Overview
Threadle: Population-scale network data management
Threadle is a high-performance software system for large, complex, multilayer and multimode network datasets, designed explicitly for working with the Swedish administrative registers. Unlike other existing general-purpose network libraries, it emphasizes memory-efficient storage and fast querying for heterogeneous multi-mode network data.
Threadle is open source and built in .NET, with a Core module handling data models, processing, and file I/O for massive, multi-dimensional networks. A fast CLI console provides direct use or interop from other languages, including R. Precompiled binaries are available for Windows, macOS, and Linux, or it can be built from source.
Why Threadle?
Most existing tools, such as igraph and networkx , assume that edges are relatively homogeneous objects stored in adjacency lists or matrices. Whereas indeed perfectly fine for many datasets, these assumptions break down for real-world population-level data, where:
- relations are heterogeneous (different types of relations, different layers and social domains)
- data often includes both 1-mode and 2-mode relations
- networks include millions of nodes and/or billions of edges
- nodes could have various kinds and types of node attributes that needs efficient internal storage
- derived 2-mode (bipartite) projections take up huge amounts of memory
Purpose-built to handle the complexity found in full-population administrative registers, Threadle handles these aspects efficiently, storing edges and hyperedges directly with their nodes and enabling queries as if 2-mode networks were projected—without extra memory cost.
Key features
Native multilayer support
Each layer memory-optimized for type and directionality.
Distributed edge ownership
Edges and hyperedges are stored with the nodes that own them, improving memory locality and query performance.
Unified 1-mode and 2-mode architecture
Threadle stores:
- 1-mode (unipartite) edges (of layer-specific types)
- 2-mode (bipartite) relations as true hyperedges, not projections
This allows 2-mode data to be queried as if it were projected, without ever materializing the projection.

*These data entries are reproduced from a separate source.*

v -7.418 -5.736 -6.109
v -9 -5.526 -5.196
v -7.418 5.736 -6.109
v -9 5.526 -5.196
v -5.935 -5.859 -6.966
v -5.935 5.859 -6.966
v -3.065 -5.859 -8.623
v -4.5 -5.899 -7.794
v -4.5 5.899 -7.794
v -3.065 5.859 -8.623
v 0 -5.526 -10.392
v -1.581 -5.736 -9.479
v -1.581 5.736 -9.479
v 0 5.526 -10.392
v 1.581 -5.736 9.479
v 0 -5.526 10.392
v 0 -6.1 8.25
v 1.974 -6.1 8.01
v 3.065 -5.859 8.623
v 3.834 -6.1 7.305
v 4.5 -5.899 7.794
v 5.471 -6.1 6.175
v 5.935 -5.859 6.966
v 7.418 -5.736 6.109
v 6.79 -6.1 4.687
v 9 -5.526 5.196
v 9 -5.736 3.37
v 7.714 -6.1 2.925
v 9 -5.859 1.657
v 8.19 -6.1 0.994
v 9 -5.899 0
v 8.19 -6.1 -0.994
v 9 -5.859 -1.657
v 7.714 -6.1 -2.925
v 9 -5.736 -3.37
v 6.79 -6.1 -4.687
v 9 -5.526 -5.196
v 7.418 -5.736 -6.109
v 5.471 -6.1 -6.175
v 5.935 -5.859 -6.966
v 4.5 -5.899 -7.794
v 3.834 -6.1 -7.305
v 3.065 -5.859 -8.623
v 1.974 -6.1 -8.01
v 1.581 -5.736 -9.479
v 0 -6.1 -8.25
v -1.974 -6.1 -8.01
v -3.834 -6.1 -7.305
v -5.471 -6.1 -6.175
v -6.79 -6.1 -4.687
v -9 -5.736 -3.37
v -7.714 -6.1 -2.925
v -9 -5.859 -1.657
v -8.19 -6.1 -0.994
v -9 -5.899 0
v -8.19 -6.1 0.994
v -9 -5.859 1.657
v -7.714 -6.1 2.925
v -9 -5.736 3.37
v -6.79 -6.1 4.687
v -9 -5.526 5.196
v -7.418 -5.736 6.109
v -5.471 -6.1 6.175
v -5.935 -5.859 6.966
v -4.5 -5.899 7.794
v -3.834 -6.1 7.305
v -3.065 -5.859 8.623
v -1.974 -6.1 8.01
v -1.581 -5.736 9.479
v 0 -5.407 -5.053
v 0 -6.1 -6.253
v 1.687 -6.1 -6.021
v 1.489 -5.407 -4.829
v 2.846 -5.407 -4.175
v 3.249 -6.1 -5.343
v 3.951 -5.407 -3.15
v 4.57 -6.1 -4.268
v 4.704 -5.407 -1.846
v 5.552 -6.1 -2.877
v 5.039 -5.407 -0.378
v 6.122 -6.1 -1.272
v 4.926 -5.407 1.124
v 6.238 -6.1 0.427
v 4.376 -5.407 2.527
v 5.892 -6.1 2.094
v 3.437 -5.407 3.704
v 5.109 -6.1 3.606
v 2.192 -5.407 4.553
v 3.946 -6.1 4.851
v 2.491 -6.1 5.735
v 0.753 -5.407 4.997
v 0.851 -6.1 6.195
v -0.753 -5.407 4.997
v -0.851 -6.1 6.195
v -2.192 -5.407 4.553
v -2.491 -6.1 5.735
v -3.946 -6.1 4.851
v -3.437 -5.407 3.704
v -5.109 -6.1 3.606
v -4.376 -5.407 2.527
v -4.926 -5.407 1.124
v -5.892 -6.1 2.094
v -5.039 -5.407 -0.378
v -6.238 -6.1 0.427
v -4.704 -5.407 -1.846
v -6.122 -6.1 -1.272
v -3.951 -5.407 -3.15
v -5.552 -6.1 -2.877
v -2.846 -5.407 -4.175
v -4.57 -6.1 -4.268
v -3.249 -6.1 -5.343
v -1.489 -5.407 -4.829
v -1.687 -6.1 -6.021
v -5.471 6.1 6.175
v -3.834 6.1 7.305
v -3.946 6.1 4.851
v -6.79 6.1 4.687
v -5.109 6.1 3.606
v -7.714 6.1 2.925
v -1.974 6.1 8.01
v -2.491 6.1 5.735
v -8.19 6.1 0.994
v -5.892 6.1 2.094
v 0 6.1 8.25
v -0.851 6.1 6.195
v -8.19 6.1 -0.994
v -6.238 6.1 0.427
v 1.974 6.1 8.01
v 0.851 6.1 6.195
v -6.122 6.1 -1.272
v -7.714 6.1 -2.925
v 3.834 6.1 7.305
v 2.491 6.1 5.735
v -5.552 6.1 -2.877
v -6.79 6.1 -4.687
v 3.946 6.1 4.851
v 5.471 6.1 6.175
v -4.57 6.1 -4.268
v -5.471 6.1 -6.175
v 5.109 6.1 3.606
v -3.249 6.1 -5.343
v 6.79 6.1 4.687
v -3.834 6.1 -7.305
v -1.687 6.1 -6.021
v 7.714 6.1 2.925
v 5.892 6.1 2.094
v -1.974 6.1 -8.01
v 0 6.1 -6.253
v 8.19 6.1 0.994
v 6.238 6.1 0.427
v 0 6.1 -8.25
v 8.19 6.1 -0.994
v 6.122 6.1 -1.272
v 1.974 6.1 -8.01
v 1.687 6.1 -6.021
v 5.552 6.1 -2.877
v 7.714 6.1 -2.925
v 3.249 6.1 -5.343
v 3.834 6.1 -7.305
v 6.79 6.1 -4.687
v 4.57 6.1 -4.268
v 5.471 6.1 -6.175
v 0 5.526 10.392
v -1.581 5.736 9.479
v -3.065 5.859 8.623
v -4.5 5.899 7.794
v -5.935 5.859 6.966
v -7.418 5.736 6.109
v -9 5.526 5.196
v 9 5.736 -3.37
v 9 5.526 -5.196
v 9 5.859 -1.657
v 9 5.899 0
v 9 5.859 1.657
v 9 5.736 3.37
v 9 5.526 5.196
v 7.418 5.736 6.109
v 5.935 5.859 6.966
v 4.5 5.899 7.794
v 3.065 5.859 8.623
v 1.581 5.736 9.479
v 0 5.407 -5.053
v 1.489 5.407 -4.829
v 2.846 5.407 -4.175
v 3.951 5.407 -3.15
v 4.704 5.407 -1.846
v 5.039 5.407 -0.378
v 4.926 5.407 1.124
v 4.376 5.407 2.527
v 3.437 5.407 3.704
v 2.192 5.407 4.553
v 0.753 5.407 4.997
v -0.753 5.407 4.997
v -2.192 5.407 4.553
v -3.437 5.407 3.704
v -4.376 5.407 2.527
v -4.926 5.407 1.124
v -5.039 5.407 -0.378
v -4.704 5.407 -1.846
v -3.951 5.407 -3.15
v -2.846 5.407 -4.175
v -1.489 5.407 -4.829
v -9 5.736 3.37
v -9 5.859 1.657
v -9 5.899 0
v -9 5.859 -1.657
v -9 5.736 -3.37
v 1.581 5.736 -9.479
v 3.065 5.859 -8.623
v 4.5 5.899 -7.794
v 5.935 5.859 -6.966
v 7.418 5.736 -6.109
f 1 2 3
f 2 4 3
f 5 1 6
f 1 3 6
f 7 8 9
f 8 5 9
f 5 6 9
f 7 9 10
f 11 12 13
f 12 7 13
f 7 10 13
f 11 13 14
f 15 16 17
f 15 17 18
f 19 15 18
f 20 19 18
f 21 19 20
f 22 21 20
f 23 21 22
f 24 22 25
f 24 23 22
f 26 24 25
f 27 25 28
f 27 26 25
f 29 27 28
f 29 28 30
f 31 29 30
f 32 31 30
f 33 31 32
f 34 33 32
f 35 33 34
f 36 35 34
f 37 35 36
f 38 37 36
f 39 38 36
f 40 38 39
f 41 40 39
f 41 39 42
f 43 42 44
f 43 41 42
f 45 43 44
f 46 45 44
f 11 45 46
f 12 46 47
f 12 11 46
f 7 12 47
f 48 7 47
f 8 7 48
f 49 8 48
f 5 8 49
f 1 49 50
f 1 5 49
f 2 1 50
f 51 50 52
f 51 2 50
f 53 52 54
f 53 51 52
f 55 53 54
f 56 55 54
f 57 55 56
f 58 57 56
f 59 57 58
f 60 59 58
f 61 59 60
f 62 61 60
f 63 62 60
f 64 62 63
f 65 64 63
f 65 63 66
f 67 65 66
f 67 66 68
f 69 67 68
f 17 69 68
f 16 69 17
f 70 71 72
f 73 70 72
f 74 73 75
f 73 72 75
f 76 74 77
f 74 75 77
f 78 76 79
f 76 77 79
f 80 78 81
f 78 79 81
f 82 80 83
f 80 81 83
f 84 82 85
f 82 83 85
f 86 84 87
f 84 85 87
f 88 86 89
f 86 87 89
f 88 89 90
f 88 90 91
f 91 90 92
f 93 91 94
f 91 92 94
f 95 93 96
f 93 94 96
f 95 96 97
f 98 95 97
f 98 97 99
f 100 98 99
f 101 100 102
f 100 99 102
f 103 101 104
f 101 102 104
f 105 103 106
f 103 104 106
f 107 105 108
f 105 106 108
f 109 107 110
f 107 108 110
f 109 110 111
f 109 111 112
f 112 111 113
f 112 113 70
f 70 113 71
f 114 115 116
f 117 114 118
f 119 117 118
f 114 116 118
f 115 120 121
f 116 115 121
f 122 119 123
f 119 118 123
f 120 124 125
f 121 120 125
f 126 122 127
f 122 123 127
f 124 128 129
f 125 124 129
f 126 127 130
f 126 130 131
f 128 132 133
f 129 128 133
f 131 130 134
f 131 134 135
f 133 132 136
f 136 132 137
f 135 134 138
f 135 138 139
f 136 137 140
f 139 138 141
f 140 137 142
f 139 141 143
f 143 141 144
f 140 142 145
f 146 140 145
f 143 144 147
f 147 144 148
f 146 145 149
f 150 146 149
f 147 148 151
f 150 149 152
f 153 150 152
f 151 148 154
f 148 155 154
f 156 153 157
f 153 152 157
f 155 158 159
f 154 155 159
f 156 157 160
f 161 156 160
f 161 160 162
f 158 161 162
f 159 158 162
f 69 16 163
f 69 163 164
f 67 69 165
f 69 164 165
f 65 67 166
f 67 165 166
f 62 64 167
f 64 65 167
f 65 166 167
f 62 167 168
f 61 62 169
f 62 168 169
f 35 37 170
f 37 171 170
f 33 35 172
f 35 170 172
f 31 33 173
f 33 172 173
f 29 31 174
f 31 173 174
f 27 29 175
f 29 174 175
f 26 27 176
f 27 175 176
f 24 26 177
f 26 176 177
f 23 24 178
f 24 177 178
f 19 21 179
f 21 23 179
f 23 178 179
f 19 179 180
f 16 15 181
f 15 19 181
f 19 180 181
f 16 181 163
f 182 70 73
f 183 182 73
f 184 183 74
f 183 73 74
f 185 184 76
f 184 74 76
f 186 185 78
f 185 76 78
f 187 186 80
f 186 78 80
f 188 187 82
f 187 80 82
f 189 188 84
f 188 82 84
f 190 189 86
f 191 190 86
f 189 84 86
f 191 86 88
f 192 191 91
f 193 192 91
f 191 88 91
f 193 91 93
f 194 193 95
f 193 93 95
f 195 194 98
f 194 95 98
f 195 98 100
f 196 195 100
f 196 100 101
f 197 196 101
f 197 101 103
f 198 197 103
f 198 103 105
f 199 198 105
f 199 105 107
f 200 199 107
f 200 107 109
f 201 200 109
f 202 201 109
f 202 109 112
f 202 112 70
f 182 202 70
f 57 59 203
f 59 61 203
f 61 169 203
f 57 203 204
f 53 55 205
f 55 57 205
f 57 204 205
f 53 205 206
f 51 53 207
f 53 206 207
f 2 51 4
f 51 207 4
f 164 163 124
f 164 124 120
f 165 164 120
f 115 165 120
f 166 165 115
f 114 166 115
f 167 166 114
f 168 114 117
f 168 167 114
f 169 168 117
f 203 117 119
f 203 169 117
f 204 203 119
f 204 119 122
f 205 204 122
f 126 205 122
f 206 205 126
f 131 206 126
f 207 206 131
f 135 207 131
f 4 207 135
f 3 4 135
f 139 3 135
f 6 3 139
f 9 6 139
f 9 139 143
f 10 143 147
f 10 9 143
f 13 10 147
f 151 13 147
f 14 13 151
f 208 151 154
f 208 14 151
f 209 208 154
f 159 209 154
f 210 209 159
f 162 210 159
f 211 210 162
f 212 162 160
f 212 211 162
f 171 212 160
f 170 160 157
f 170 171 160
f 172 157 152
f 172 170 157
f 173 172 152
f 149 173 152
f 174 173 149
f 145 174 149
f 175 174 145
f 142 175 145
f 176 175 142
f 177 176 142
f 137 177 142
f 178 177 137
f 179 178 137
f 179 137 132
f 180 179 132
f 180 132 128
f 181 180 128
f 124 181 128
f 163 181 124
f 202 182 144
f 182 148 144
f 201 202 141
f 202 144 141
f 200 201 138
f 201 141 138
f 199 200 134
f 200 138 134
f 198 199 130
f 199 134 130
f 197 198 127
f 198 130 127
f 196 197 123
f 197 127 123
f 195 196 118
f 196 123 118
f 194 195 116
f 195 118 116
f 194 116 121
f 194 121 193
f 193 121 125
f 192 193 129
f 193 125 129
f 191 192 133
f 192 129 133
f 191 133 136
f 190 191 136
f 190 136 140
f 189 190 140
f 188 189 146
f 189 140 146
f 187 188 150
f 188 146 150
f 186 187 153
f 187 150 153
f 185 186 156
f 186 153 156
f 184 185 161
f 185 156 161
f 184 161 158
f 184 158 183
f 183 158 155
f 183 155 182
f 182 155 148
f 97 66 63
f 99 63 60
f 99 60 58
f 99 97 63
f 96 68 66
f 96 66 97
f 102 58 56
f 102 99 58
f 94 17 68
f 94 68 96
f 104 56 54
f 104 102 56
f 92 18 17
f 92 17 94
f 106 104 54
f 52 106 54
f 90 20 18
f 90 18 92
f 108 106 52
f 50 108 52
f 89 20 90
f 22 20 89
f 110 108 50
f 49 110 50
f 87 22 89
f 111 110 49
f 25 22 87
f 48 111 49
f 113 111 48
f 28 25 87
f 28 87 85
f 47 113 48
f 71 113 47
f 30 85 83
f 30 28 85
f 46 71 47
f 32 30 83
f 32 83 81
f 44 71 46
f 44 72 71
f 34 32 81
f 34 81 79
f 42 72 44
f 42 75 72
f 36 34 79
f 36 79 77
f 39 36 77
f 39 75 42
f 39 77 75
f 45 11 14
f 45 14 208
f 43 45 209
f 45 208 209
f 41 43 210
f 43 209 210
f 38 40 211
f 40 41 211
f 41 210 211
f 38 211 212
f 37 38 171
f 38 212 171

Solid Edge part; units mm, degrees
sketch "Sketch1" plane through (0, 0, 0) normal (0, -1, 0) x (1, 0, 0)
  line L0 (9, 5.1962) -> (0, 10.3923)
  line L1 (0, 10.3923) -> (-9, 5.1962)
  line L2 (-9, 5.1962) -> (-9, -5.1962)
  line L3 (-9, -5.1962) -> (0, -10.3923)
  line L4 (0, -10.3923) -> (9, -5.1962)
  line L5 (9, -5.1962) -> (9, 5.1962)
extrude "Protrusion1" add sketch "Sketch1" along normal mid plane 12.2
sketch "Sketch2" plane through (0, 0, 0) normal (1, 0, 0) x (0, 1, 0)
  line L0 (-6.1, 8.25) -> (-5.526, 10.3923)
revolve "RevolvedCutout1" cut sketch "Sketch2" angle 360 about axis through (0, 0, 0) along (0, -1, 0) material side at (0, -5.8613, 9.3341)
mirror "Mirror1" about plane through (0, 0, 0) normal (0, -1, 0) of "RevolvedCutout1"
hole "孔_7" at (0, -6.1, 0) direction (0, 1, 0) diameter 10.106 end up to next start chamfer 1.2 start chamfer angle 60 end chamfer 1.2 end chamfer angle 60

Built-in node attribute management
Fast addition, lookup and handling of node-owned attributes.
Efficient storage for population-scale administrative data
Designed for massive datasets with millions of nodes and billions of edges.
Clean separation of Core and frontend applications
- Core handles all modeling, processing, management and file handling
- A command-line interface (CLI) console with a full scripting language is provided, either for use as-is or for R interoperability
- Additional frontends can easily connect to Core, and Core can also be integrated into other systems needing Threadle capabilities.
What Threadle is (and Isn't)
Threadle is not an algorithm library: it does not try to replicate igraph or networkx in terms of existing methods and metrics. Instead, it provides:
- safe, exception-controlled APIs
- efficient data structures optimized for fast access and minimal memory footprint
- basic analytical primitives (density, degree, random alter/node, etc.)
- a foundation on which specialized or domain-specific algorithms can be built
This makes Threadle suitable for researchers and other practicioners who need to compile, preprocess and store large multilayer relational datasets, and then query this data for more domain-specific analytical heuristics and metrics.
"Threadle"?
Well, crocheting is fun, and Norrköping has a rich textile history - so... Yeah.